Quote on Weekly Note 02 August 2025 by Mr. Ajit Mishra – SVP, Research, Religare Broking Ltd

Below the Quote on Weekly Note 02 Aug 2025 by Mr. Ajit Mishra – SVP, Research, Religare Broking Ltd
Markets Extend Losses for Fifth Week Amid Surprise U.S. Tariffs and Mixed Earnings
Equity benchmark indices tumbled for the fifth consecutive week as persistent selling pressure, global headwinds, and cautious sentiment continued to dominate the landscape. Both the Nifty and Sensex witnessed volatile swings before closing sharply lower at 24,512.20 and 80,218.52, respectively. This consistent decline reflects deepening investor unease, driven by a combination of weak global cues, geopolitical uncertainties, and concerns over macroeconomic tightening.
Key Market Drivers
The market tone remained stable in the initial sessions, supported by mixed corporate earnings. However, volatility spiked in the latter half of the week following the surprise tariff announcement by the U.S. President targeting Indian exports, which caught market participants off guard and triggered a risk-off sentiment. This development not only reignited fears of a potential trade standoff but also raised concerns over its impact on India’s export-dependent sectors. The announcement came at a time when markets were already grappling with hawkish central bank commentary, sustained foreign fund outflows, and a relatively underwhelming earnings season. Additionally, concerns over uneven monsoon distribution and its implications for rural consumption further weighed on investor sentiment.
Sectoral Snapshot
The sectoral landscape remained largely negative, with broad-based selling seen across key sectors. Realty, Metals, and Pharmaceuticals bore the maximum brunt due to demand concerns and prevailing policy uncertainties. However, the FMCG index managed to buck the trend, gaining nearly 3%, aided by renewed buying interest in frontline names and positive management commentary. Broader markets fared worse, with both midcap and smallcap indices underperforming, indicating persistent weakness in investor risk appetite.
Key Events to Watch
In the upcoming week, markets will closely track developments around the India-U.S. trade deal, as policymakers are expected to respond diplomatically ahead of the next scheduled discussions. At the domestic level, all eyes will be on the Reserve Bank of India’s monetary policy meeting on August 8, where the central bank’s commentary on inflation, liquidity, and growth outlook will be keenly watched. A dovish tilt could offer support to rate-sensitive sectors.
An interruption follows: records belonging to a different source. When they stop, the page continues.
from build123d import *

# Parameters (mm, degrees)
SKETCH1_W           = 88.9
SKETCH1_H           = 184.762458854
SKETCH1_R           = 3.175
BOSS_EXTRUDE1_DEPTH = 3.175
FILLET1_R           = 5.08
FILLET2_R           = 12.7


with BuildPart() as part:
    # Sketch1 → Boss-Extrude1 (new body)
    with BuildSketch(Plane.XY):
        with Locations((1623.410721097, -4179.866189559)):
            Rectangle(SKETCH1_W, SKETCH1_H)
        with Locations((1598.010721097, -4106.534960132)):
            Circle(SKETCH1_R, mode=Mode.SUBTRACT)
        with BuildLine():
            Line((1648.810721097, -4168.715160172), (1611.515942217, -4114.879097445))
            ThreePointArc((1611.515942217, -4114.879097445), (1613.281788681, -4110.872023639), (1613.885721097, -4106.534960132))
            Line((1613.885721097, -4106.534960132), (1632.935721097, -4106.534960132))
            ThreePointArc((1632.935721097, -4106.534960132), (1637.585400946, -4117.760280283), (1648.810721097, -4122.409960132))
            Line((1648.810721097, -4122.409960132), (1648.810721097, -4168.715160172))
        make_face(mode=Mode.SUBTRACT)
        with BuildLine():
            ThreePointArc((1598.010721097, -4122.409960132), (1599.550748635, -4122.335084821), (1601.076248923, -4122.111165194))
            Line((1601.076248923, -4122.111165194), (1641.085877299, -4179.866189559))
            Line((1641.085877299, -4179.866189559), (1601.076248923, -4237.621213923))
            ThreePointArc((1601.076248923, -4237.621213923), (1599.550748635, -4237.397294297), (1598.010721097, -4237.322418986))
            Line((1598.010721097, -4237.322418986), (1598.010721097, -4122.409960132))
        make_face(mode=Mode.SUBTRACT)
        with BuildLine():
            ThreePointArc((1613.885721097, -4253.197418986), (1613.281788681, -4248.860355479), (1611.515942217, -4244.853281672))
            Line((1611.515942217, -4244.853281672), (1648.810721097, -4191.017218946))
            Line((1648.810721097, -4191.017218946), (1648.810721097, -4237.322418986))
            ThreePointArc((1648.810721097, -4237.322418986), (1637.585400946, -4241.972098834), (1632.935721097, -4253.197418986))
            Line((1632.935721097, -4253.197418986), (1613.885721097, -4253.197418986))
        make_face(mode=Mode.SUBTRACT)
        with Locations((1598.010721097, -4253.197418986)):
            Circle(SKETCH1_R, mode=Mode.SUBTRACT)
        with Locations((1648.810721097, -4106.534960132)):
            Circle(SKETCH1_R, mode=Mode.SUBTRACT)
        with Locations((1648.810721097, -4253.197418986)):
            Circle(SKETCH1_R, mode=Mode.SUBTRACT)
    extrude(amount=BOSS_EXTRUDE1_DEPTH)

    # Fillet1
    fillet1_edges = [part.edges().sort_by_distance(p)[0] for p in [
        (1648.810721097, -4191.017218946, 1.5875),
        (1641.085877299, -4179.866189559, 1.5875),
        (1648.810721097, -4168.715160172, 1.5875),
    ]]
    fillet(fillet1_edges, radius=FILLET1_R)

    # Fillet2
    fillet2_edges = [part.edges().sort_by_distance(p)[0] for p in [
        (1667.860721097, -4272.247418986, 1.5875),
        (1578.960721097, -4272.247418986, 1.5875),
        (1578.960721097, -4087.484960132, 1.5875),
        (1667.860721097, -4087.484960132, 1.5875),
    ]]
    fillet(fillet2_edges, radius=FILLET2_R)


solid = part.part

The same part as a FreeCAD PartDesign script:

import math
import FreeCAD as App
import Part
import Sketcher
from FreeCAD import Vector
Q = App.Units.Quantity


def edges_at(feature, points):
    """Names of the edges that pass closest to the given points."""
    edges = feature.Shape.Edges
    near = lambda p: min(range(len(edges)), key=lambda i: edges[i].distToShape(Part.Vertex(*p))[0])
    return sorted({f"Edge{near(p) + 1}" for p in points})


def add_polygon(sketch, points):
    """Adds a closed chain of lines whose ends are joined by coincident constraints."""
    first, n = sketch.GeometryCount, len(points)
    for a, b in zip(points, points[1:] + points[:1]):
        sketch.addGeometry(Part.LineSegment(App.Vector(*a, 0), App.Vector(*b, 0)), False)
    for i in range(n):
        sketch.addConstraint(Sketcher.Constraint("Coincident", first + i, 2, first + (i + 1) % n, 1))

doc = App.newDocument("Part")
body = doc.addObject("PartDesign::Body", "Body")

# Sketch on XY plane
sketch1 = body.newObject("Sketcher::SketchObject", "Sketch")
sketch1.AttachmentSupport = (doc.getObject("XY_Plane"), [""])
sketch1.MapMode = "FlatFace"
add_polygon(sketch1, [(1578.960721, -4087.48496), (1578.960721, -4272.247419), (1667.860721, -4272.247419), (1667.860721, -4087.48496)])  # lines 0-3
sketch1.addGeometry(Part.Circle(Vector(1598.010721, -4253.197419, 0), Vector(0, 0, 1), 3.175), False)  # 4
sketch1.addGeometry(Part.LineSegment(Vector(1632.935721, -4253.197419, 0), Vector(1613.885721, -4253.197419, 0)), False)  # 5
sketch1.addGeometry(Part.ArcOfCircle(Part.Circle(Vector(1598.010721, -4253.197419, 0), Vector(0, 0, 1), 15.875), math.radians(0), math.radians(31.709651)), False)  # 6
sketch1.addGeometry(Part.LineSegment(Vector(1611.515942, -4244.853282, 0), Vector(1648.810721, -4191.017219, 0)), False)  # 7
sketch1.addGeometry(Part.LineSegment(Vector(1648.810721, -4191.017219, 0), Vector(1648.810721, -4237.322419, 0)), False)  # 8
sketch1.addGeometry(Part.ArcOfCircle(Part.Circle(Vector(1648.810721, -4253.197419, 0), Vector(0, 0, 1), 15.875), math.radians(90), math.radians(180)), False)  # 9
sketch1.addGeometry(Part.Circle(Vector(1648.810721, -4253.197419, 0), Vector(0, 0, 1), 3.175), False)  # 10
sketch1.addGeometry(Part.LineSegment(Vector(1598.010721, -4237.322419, 0), Vector(1598.010721, -4122.40996, 0)), False)  # 11
sketch1.addGeometry(Part.ArcOfCircle(Part.Circle(Vector(1598.010721, -4106.53496, 0), Vector(0, 0, 1), 15.875), math.radians(-90), math.radians(-78.866007)), False)  # 12
sketch1.addGeometry(Part.LineSegment(Vector(1601.076249, -4122.111165, 0), Vector(1641.085877, -4179.86619, 0)), False)  # 13
sketch1.addGeometry(Part.LineSegment(Vector(1641.085877, -4179.86619, 0), Vector(1601.076249, -4237.621214, 0)), False)  # 14
sketch1.addGeometry(Part.ArcOfCircle(Part.Circle(Vector(1598.010721, -4253.197419, 0), Vector(0, 0, 1), 15.875), math.radians(78.866008), math.radians(90)), False)  # 15
sketch1.addGeometry(Part.Circle(Vector(1598.010721, -4106.53496, 0), Vector(0, 0, 1), 3.175), False)  # 16
sketch1.addGeometry(Part.LineSegment(Vector(1648.810721, -4122.40996, 0), Vector(1648.810721, -4168.71516, 0)), False)  # 17
sketch1.addGeometry(Part.LineSegment(Vector(1648.810721, -4168.71516, 0), Vector(1611.515942, -4114.879097, 0)), False)  # 18
sketch1.addGeometry(Part.ArcOfCircle(Part.Circle(Vector(1598.010721, -4106.53496, 0), Vector(0, 0, 1), 15.875), math.radians(-31.709651), math.radians(0)), False)  # 19
sketch1.addGeometry(Part.LineSegment(Vector(1613.885721, -4106.53496, 0), Vector(1632.935721, -4106.53496, 0)), False)  # 20
sketch1.addGeometry(Part.ArcOfCircle(Part.Circle(Vector(1648.810721, -4106.53496, 0), Vector(0, 0, 1), 15.875), math.radians(-180), math.radians(-90)), False)  # 21
sketch1.addGeometry(Part.Circle(Vector(1648.810721, -4106.53496, 0), Vector(0, 0, 1), 3.175), False)  # 22
sketch1.addConstraint(Sketcher.Constraint("Coincident", 5, 2, 6, 1))
sketch1.addConstraint(Sketcher.Constraint("Coincident", 6, 2, 7, 1))
sketch1.addConstraint(Sketcher.Constraint("Coincident", 7, 2, 8, 1))
sketch1.addConstraint(Sketcher.Constraint("Coincident", 8, 2, 9, 1))
sketch1.addConstraint(Sketcher.Constraint("Coincident", 9, 2, 5, 1))
sketch1.addConstraint(Sketcher.Constraint("Coincident", 11, 2, 12, 1))
sketch1.addConstraint(Sketcher.Constraint("Coincident", 12, 2, 13, 1))
sketch1.addConstraint(Sketcher.Constraint("Coincident", 13, 2, 14, 1))
sketch1.addConstraint(Sketcher.Constraint("Coincident", 14, 2, 15, 1))
sketch1.addConstraint(Sketcher.Constraint("Coincident", 15, 2, 11, 1))
sketch1.addConstraint(Sketcher.Constraint("Coincident", 17, 2, 18, 1))
sketch1.addConstraint(Sketcher.Constraint("Coincident", 18, 2, 19, 1))
sketch1.addConstraint(Sketcher.Constraint("Coincident", 19, 2, 20, 1))
sketch1.addConstraint(Sketcher.Constraint("Coincident", 20, 2, 21, 1))
sketch1.addConstraint(Sketcher.Constraint("Coincident", 21, 2, 17, 1))
sketch1.addConstraint(Sketcher.Constraint("Vertical", 0))
sketch1.addConstraint(Sketcher.Constraint("Horizontal", 1))
sketch1.addConstraint(Sketcher.Constraint("Vertical", 2))
sketch1.addConstraint(Sketcher.Constraint("Horizontal", 3))
sketch1.addConstraint(Sketcher.Constraint("Horizontal", 5))
sketch1.addConstraint(Sketcher.Constraint("Vertical", 8))
sketch1.addConstraint(Sketcher.Constraint("Vertical", 11))
sketch1.addConstraint(Sketcher.Constraint("Vertical", 17))
sketch1.addConstraint(Sketcher.Constraint("Horizontal", 20))
sketch1.addConstraint(Sketcher.Constraint("Coincident", 6, 3, 4, 3))
sketch1.addConstraint(Sketcher.Constraint("Coincident", 10, 3, 9, 3))
sketch1.addConstraint(Sketcher.Constraint("Coincident", 15, 3, 4, 3))
sketch1.addConstraint(Sketcher.Constraint("Coincident", 16, 3, 12, 3))
sketch1.addConstraint(Sketcher.Constraint("Coincident", 19, 3, 12, 3))
sketch1.addConstraint(Sketcher.Constraint("Coincident", 22, 3, 21, 3))
sketch1.addConstraint(Sketcher.Constraint("Equal", 6, 9))
sketch1.addConstraint(Sketcher.Constraint("Equal", 4, 10))
sketch1.addConstraint(Sketcher.Constraint("Equal", 9, 12))
sketch1.addConstraint(Sketcher.Constraint("Equal", 12, 15))
sketch1.addConstraint(Sketcher.Constraint("Equal", 10, 16))
sketch1.addConstraint(Sketcher.Constraint("Equal", 15, 19))
sketch1.addConstraint(Sketcher.Constraint("Equal", 19, 21))
sketch1.addConstraint(Sketcher.Constraint("Equal", 16, 22))
sketch1.addConstraint(Sketcher.Constraint("Parallel", 7, 14))
sketch1.addConstraint(Sketcher.Constraint("Parallel", 13, 18))
sketch1.addConstraint(Sketcher.Constraint("Horizontal", 6, 3, 9, 3))
sketch1.addConstraint(Sketcher.Constraint("Horizontal", 19, 3, 21, 3))
sketch1.addConstraint(Sketcher.Constraint("Horizontal", 15, 3, 5, 2))
sketch1.addConstraint(Sketcher.Constraint("Horizontal", 22, 3, 19, 2))
sketch1.addConstraint(Sketcher.Constraint("Vertical", 6, 3, 12, 3))
sketch1.addConstraint(Sketcher.Constraint("Vertical", 10, 3, 21, 3))
sketch1.addConstraint(Sketcher.Constraint("Vertical", 22, 3, 7, 2))
sketch1.addConstraint(Sketcher.Constraint("Vertical", 19, 3, 11, 2))
sketch1.addConstraint(Sketcher.Constraint("Vertical", 12, 2, 14, 2))
sketch1.addConstraint(Sketcher.Constraint("Vertical", 8, 2, 17, 2))
sketch1.addConstraint(Sketcher.Constraint("Vertical", 6, 2, 18, 2))
sketch1.addConstraint(Sketcher.Constraint("Equal", 8, 17))
sketch1.addConstraint(Sketcher.Constraint("Diameter", 4, Q("0.25 in")))
sketch1.addConstraint(Sketcher.Constraint("DistanceX", 1, 1, 1, 2, Q("3.5 in")))
sketch1.addConstraint(Sketcher.Constraint("Radius", 6, Q("0.625 in")))
sketch1.addConstraint(Sketcher.Constraint("DistanceX", 6, 3, 9, 3, Q("2 in")))
sketch1.addConstraint(Sketcher.Constraint("DistanceX", 0, 2, 15, 3, Q("0.75 in")))
sketch1.addConstraint(Sketcher.Constraint("DistanceY", 0, 2, 15, 3, Q("0.75 in")))
sketch1.addConstraint(Sketcher.Constraint("DistanceY", 21, 3, 2, 2, Q("0.75 in")))
sketch1.addConstraint(Sketcher.Constraint("DistanceY", 8, 2, 8, 1, 46.3052))
sketch1.addConstraint(Sketcher.Constraint("DistanceY", 0, 2, 0, 1, 184.762459))
sketch1.addConstraint(Sketcher.Constraint("DistanceX", -1, 1, 4, 3, 1598.010721))
sketch1.addConstraint(Sketcher.Constraint("DistanceY", 4, 3, -1, 1, 4253.197419))
sketch1.addConstraint(Sketcher.Constraint("DistanceY", 6, 2, -1, 1, 4244.853282))
sketch1.addConstraint(Sketcher.Constraint("DistanceX", -1, 1, 12, 2, 1601.076249))
pad1 = body.newObject("PartDesign::Pad", "Pad")
pad1.Profile = sketch1
pad1.Length = Q("0.125 in")
doc.recompute()

fillet = body.newObject("PartDesign::Fillet", "Fillet")
fillet.Base = (pad1, edges_at(pad1, [(1648.811, -4191.017, 1.587), (1641.086, -4179.866, 1.587), (1648.811, -4168.715, 1.587)]))
fillet.Radius = Q("0.2 in")
doc.recompute()

fillet2 = body.newObject("PartDesign::Fillet", "Fillet001")
fillet2.Base = (fillet, edges_at(fillet, [
    (1667.861, -4272.247, 1.587),
    (1578.961, -4272.247, 1.587),
    (1578.961, -4087.485, 1.587),
    (1667.861, -4087.485, 1.587),
]))
fillet2.Radius = Q("0.5 in")

doc.recompute()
On the earnings front, results from marquee companies including Bharti Airtel, DLF, Bajaj Auto, Hero MotoCorp, Tata Motors, SBI, and LIC of India will shape sectoral momentum.Other important triggers include the release of the HSBC Services and Composite PMI, updates on monsoon progress, crude oil price movement, and further commentary from the U.S. on trade negotiations — all of which are likely to influence near-term volatility.
Technical Outlook
Technically, the Nifty’s close below the 24,600 mark confirms a bearish bias, with the short-term structure suggesting scope for further downside unless a strong rebound materializes. The index now finds immediate support near the 24,450 zone, and a breach below this level may accelerate the decline toward 24,180, which coincides with the long-term 200-day exponential moving average (DEMA). In the event of a recovery, the 24,800 level would act as the first resistance, followed by a significant hurdle around the 25,000–25,250 zone.
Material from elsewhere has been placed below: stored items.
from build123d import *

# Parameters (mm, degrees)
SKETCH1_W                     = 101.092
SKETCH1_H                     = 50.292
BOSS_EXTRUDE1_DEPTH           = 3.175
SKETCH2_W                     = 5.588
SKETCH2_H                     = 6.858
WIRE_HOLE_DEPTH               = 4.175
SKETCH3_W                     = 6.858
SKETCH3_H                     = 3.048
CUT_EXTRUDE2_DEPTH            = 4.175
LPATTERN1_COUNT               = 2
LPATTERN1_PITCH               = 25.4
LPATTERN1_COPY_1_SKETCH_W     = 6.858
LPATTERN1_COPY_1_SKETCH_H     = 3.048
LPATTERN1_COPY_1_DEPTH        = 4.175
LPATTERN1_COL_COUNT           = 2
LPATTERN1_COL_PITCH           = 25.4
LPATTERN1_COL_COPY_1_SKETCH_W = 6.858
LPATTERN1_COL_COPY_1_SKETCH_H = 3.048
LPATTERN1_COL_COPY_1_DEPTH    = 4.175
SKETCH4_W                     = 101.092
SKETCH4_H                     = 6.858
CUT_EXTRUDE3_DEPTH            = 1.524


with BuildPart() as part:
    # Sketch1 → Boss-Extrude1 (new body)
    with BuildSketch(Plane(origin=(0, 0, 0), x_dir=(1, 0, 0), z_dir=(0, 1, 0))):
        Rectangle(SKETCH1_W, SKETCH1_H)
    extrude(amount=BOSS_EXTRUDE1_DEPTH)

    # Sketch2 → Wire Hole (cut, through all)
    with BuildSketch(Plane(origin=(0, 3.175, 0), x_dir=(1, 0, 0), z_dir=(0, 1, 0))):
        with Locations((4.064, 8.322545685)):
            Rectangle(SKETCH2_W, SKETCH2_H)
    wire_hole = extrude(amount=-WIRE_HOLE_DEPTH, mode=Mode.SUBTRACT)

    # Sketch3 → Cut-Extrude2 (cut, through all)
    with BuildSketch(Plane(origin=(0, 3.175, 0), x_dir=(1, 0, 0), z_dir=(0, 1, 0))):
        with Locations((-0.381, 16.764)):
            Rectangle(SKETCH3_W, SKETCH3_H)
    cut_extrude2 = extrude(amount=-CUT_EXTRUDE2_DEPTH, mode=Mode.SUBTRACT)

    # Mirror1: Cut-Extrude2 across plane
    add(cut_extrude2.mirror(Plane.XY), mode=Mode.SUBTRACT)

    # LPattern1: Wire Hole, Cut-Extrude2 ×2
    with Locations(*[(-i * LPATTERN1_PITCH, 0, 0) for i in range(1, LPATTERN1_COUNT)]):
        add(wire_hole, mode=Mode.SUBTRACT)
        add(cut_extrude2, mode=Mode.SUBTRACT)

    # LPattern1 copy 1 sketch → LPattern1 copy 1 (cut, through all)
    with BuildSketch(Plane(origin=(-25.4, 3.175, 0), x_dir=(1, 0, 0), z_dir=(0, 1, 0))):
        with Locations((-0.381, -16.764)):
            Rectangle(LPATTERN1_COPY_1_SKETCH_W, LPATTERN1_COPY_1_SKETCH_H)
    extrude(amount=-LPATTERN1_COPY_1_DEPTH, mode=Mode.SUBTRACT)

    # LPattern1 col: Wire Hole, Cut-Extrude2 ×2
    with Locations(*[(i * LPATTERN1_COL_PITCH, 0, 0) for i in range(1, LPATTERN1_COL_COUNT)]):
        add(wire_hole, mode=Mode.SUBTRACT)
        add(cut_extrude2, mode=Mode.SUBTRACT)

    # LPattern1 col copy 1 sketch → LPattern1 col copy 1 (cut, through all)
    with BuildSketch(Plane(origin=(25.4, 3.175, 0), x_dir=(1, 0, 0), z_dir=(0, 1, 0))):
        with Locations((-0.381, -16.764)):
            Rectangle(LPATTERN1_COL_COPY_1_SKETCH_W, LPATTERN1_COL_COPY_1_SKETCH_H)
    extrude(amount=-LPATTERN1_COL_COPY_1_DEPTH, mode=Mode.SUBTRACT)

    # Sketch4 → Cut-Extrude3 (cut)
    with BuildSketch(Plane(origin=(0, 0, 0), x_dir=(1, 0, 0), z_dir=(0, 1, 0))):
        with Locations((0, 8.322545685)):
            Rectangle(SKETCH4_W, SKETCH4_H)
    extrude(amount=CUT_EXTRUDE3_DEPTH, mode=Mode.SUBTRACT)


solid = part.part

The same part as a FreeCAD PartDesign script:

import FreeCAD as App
import Part
import Sketcher

V = App.Vector
Q = App.Units.Quantity


def add_polygon(sketch, points):
    """Adds a closed chain of lines whose ends are joined by coincident constraints."""
    first, n = sketch.GeometryCount, len(points)
    for a, b in zip(points, points[1:] + points[:1]):
        sketch.addGeometry(Part.LineSegment(App.Vector(*a, 0), App.Vector(*b, 0)), False)
    for i in range(n):
        sketch.addConstraint(Sketcher.Constraint("Coincident", first + i, 2, first + (i + 1) % n, 1))

doc = App.newDocument("Part")
body = doc.addObject("PartDesign::Body", "Body")

sketch1 = body.newObject("Sketcher::SketchObject", "Sketch")
sketch1.AttachmentSupport = (doc.getObject("XZ_Plane"), [""])
sketch1.MapMode = "FlatFace"
add_polygon(sketch1, [(-51, -25), (-51, 25), (51, 25), (51, -25)])
sketch1.addConstraint(Sketcher.Constraint("Vertical", 0))
sketch1.addConstraint(Sketcher.Constraint("Horizontal", 1))
sketch1.addConstraint(Sketcher.Constraint("Vertical", 2))
sketch1.addConstraint(Sketcher.Constraint("Horizontal", 3))
sketch1.addConstraint(Sketcher.Constraint("Symmetric", 0, 2, 2, 2, -1, 1))
sketch1.addConstraint(Sketcher.Constraint("DistanceX", 1, 1, 1, 2, Q("3.98 in")))
sketch1.addConstraint(Sketcher.Constraint("DistanceY", 0, 1, 0, 2, Q("1.98 in")))
pad1 = body.newObject("PartDesign::Pad", "Pad")
pad1.Profile = sketch1
pad1.Length = Q("0.125 in")
pad1.Reversed = True

sketch2 = body.newObject("Sketcher::SketchObject", "Sketch001")
sketch2.AttachmentSupport = (doc.getObject("XZ_Plane"), [""])
sketch2.MapMode = "FlatFace"
sketch2.AttachmentOffset = App.Placement(V(0, 0, -0.125 * 25.4), App.Rotation())
add_polygon(sketch2, [(1, -12), (1, -5), (7, -5), (7, -12)])
sketch2.addConstraint(Sketcher.Constraint("Vertical", 0))
sketch2.addConstraint(Sketcher.Constraint("Horizontal", 1))
sketch2.addConstraint(Sketcher.Constraint("Vertical", 2))
sketch2.addConstraint(Sketcher.Constraint("Horizontal", 3))
sketch2.addConstraint(Sketcher.Constraint("DistanceX", 1, 1, 1, 2, Q("0.22 in")))
sketch2.addConstraint(Sketcher.Constraint("DistanceY", 0, 1, 0, 2, Q("0.27 in")))
sketch2.addConstraint(Sketcher.Constraint("DistanceX", -1, 1, 0, 2, Q("0.05 in")))
sketch2.addConstraint(Sketcher.Constraint("DistanceY", 0, 2, -1, 1, Q("4.893546 mm")))
pocket1 = body.newObject("PartDesign::Pocket", "Pocket")
pocket1.Profile = sketch2
pocket1.Type = "ThroughAll"
pocket1.Reversed = True

sketch3 = body.newObject("Sketcher::SketchObject", "Sketch002")
sketch3.AttachmentSupport = (doc.getObject("XZ_Plane"), [""])
sketch3.MapMode = "FlatFace"
sketch3.AttachmentOffset = App.Placement(V(0, 0, -0.125 * 25.4), App.Rotation())
add_polygon(sketch3, [(-3.8, -18.3), (-3.8, -15.2), (3, -15.2), (3, -18.3)])
sketch3.addConstraint(Sketcher.Constraint("Vertical", 0))
sketch3.addConstraint(Sketcher.Constraint("Horizontal", 1))
sketch3.addConstraint(Sketcher.Constraint("Vertical", 2))
sketch3.addConstraint(Sketcher.Constraint("Horizontal", 3))
sketch3.addConstraint(Sketcher.Constraint("DistanceX", 1, 1, 1, 2, Q("0.27 in")))
sketch3.addConstraint(Sketcher.Constraint("DistanceY", 0, 1, 0, 2, Q("0.12 in")))
sketch3.addConstraint(Sketcher.Constraint("DistanceY", 0, 2, -1, 1, Q("0.6 in")))
sketch3.addConstraint(Sketcher.Constraint("DistanceX", 0, 2, -1, 1, Q("0.15 in")))
pocket2 = body.newObject("PartDesign::Pocket", "Pocket001")
pocket2.Profile = sketch3
pocket2.Type = "ThroughAll"
pocket2.Reversed = True
doc.recompute()

mirrored = body.newObject("PartDesign::Mirrored", "Mirrored")
mirrored.Originals = [pocket2]
mirrored.MirrorPlane = (doc.getObject("XY_Plane"), [""])
body.Tip = mirrored
doc.recompute()

linearpattern = body.newObject("PartDesign::LinearPattern", "LinearPattern")
linearpattern.Originals = [pocket1, pocket2]
linearpattern.Direction = (doc.getObject("X_Axis"), [""])
linearpattern.Mode = "offset"
linearpattern.Offset = Q("1 in")
linearpattern.Occurrences = 2
linearpattern.Reversed = True
body.Tip = linearpattern

sketch4 = body.newObject("Sketcher::SketchObject", "Sketch003")
sketch4.AttachmentSupport = (doc.getObject("XZ_Plane"), [""])
sketch4.MapMode = "FlatFace"
sketch4.AttachmentOffset = App.Placement(V(0, 0, -0.125 * 25.4), App.Rotation())
add_polygon(sketch4, [(-29.2, 15.2), (-29.2, 18.3), (-22.4, 18.3), (-22.4, 15.2)])
sketch4.addConstraint(Sketcher.Constraint("Vertical", 0))
sketch4.addConstraint(Sketcher.Constraint("Horizontal", 1))
sketch4.addConstraint(Sketcher.Constraint("Vertical", 2))
sketch4.addConstraint(Sketcher.Constraint("Horizontal", 3))
sketch4.addConstraint(Sketcher.Constraint("DistanceX", 1, 1, 1, 2, Q("0.27 in")))
sketch4.addConstraint(Sketcher.Constraint("DistanceY", 0, 1, 0, 2, Q("0.12 in")))
sketch4.addConstraint(Sketcher.Constraint("DistanceY", -1, 1, 2, 2, Q("0.6 in")))
sketch4.addConstraint(Sketcher.Constraint("DistanceX", 0, 2, -1, 1, Q("1.15 in")))
pocket3 = body.newObject("PartDesign::Pocket", "Pocket002")
pocket3.Profile = sketch4
pocket3.Type = "ThroughAll"
pocket3.Reversed = True
doc.recompute()

linearpattern2 = body.newObject("PartDesign::LinearPattern", "LinearPattern001")
linearpattern2.Originals = [pocket1, pocket2]
linearpattern2.Direction = (doc.getObject("X_Axis"), [""])
linearpattern2.Mode = "offset"
linearpattern2.Offset = Q("1 in")
linearpattern2.Occurrences = 2
body.Tip = linearpattern2

sketch5 = body.newObject("Sketcher::SketchObject", "Sketch004")
sketch5.AttachmentSupport = (doc.getObject("XZ_Plane"), [""])
sketch5.MapMode = "FlatFace"
sketch5.AttachmentOffset = App.Placement(V(0, 0, -0.125 * 25.4), App.Rotation())
add_polygon(sketch5, [(21.6, 15.2), (21.6, 18.3), (28.4, 18.3), (28.4, 15.2)])
sketch5.addConstraint(Sketcher.Constraint("Vertical", 0))
sketch5.addConstraint(Sketcher.Constraint("Horizontal", 1))
sketch5.addConstraint(Sketcher.Constraint("Vertical", 2))
sketch5.addConstraint(Sketcher.Constraint("Horizontal", 3))
sketch5.addConstraint(Sketcher.Constraint("DistanceX", 1, 1, 1, 2, Q("0.27 in")))
sketch5.addConstraint(Sketcher.Constraint("DistanceY", 0, 1, 0, 2, Q("0.12 in")))
sketch5.addConstraint(Sketcher.Constraint("DistanceY", -1, 1, 2, 2, Q("0.6 in")))
sketch5.addConstraint(Sketcher.Constraint("DistanceX", -1, 1, 0, 2, Q("0.85 in")))
pocket4 = body.newObject("PartDesign::Pocket", "Pocket003")
pocket4.Profile = sketch5
pocket4.Type = "ThroughAll"
pocket4.Reversed = True

sketch6 = body.newObject("Sketcher::SketchObject", "Sketch005")
sketch6.AttachmentSupport = (doc.getObject("XZ_Plane"), [""])
sketch6.MapMode = "FlatFace"
add_polygon(sketch6, [(-51, -12), (-51, -5), (51, -5), (51, -12)])
sketch6.addConstraint(Sketcher.Constraint("Vertical", 0))
sketch6.addConstraint(Sketcher.Constraint("Horizontal", 1))
sketch6.addConstraint(Sketcher.Constraint("Vertical", 2))
sketch6.addConstraint(Sketcher.Constraint("Horizontal", 3))
sketch6.addConstraint(Sketcher.Constraint("DistanceX", 1, 1, 1, 2, Q("3.98 in")))
sketch6.addConstraint(Sketcher.Constraint("DistanceY", 0, 1, 0, 2, Q("0.27 in")))
sketch6.addConstraint(Sketcher.Constraint("DistanceX", 0, 2, -1, 1, Q("1.99 in")))
sketch6.addConstraint(Sketcher.Constraint("DistanceY", 0, 2, -1, 1, Q("4.893546 mm")))
pocket5 = body.newObject("PartDesign::Pocket", "Pocket004")
pocket5.Profile = sketch6
pocket5.Length = Q("0.06 in")

doc.recompute()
The Bank Nifty is also gradually trending lower despite visible strength in heavyweight constituents like ICICI Bank and HDFC Bank. Going forward, the 54,500–55,100 zone is likely to provide support in case of further declines, while the 56,500 mark, aligned with the 20-day EMA, will act as the first major resistance. Only a decisive move above 57,400 can revive bullish sentiment in the banking space.
Strategy Ahead
Volatility is expected to remain high in the coming week amid key central bank decisions, corporate earnings announcements, and trade-related developments. Investors are advised to maintain a stock-specific approach, focusing on quality companies across sectors that have shown relative strength in the recent downturn.
While a defensive stance may be prudent in the short term, selective accumulation in fundamentally strong stocks on dips can offer favorable long-term opportunities. Sectors vulnerable to global volatility — especially IT and metals — should be approached with caution until greater clarity emerges around U.S. trade policy and macroeconomic trends. Given the prevailing technical weakness and external uncertainties, disciplined risk management and prudent position sizing will be essential for traders.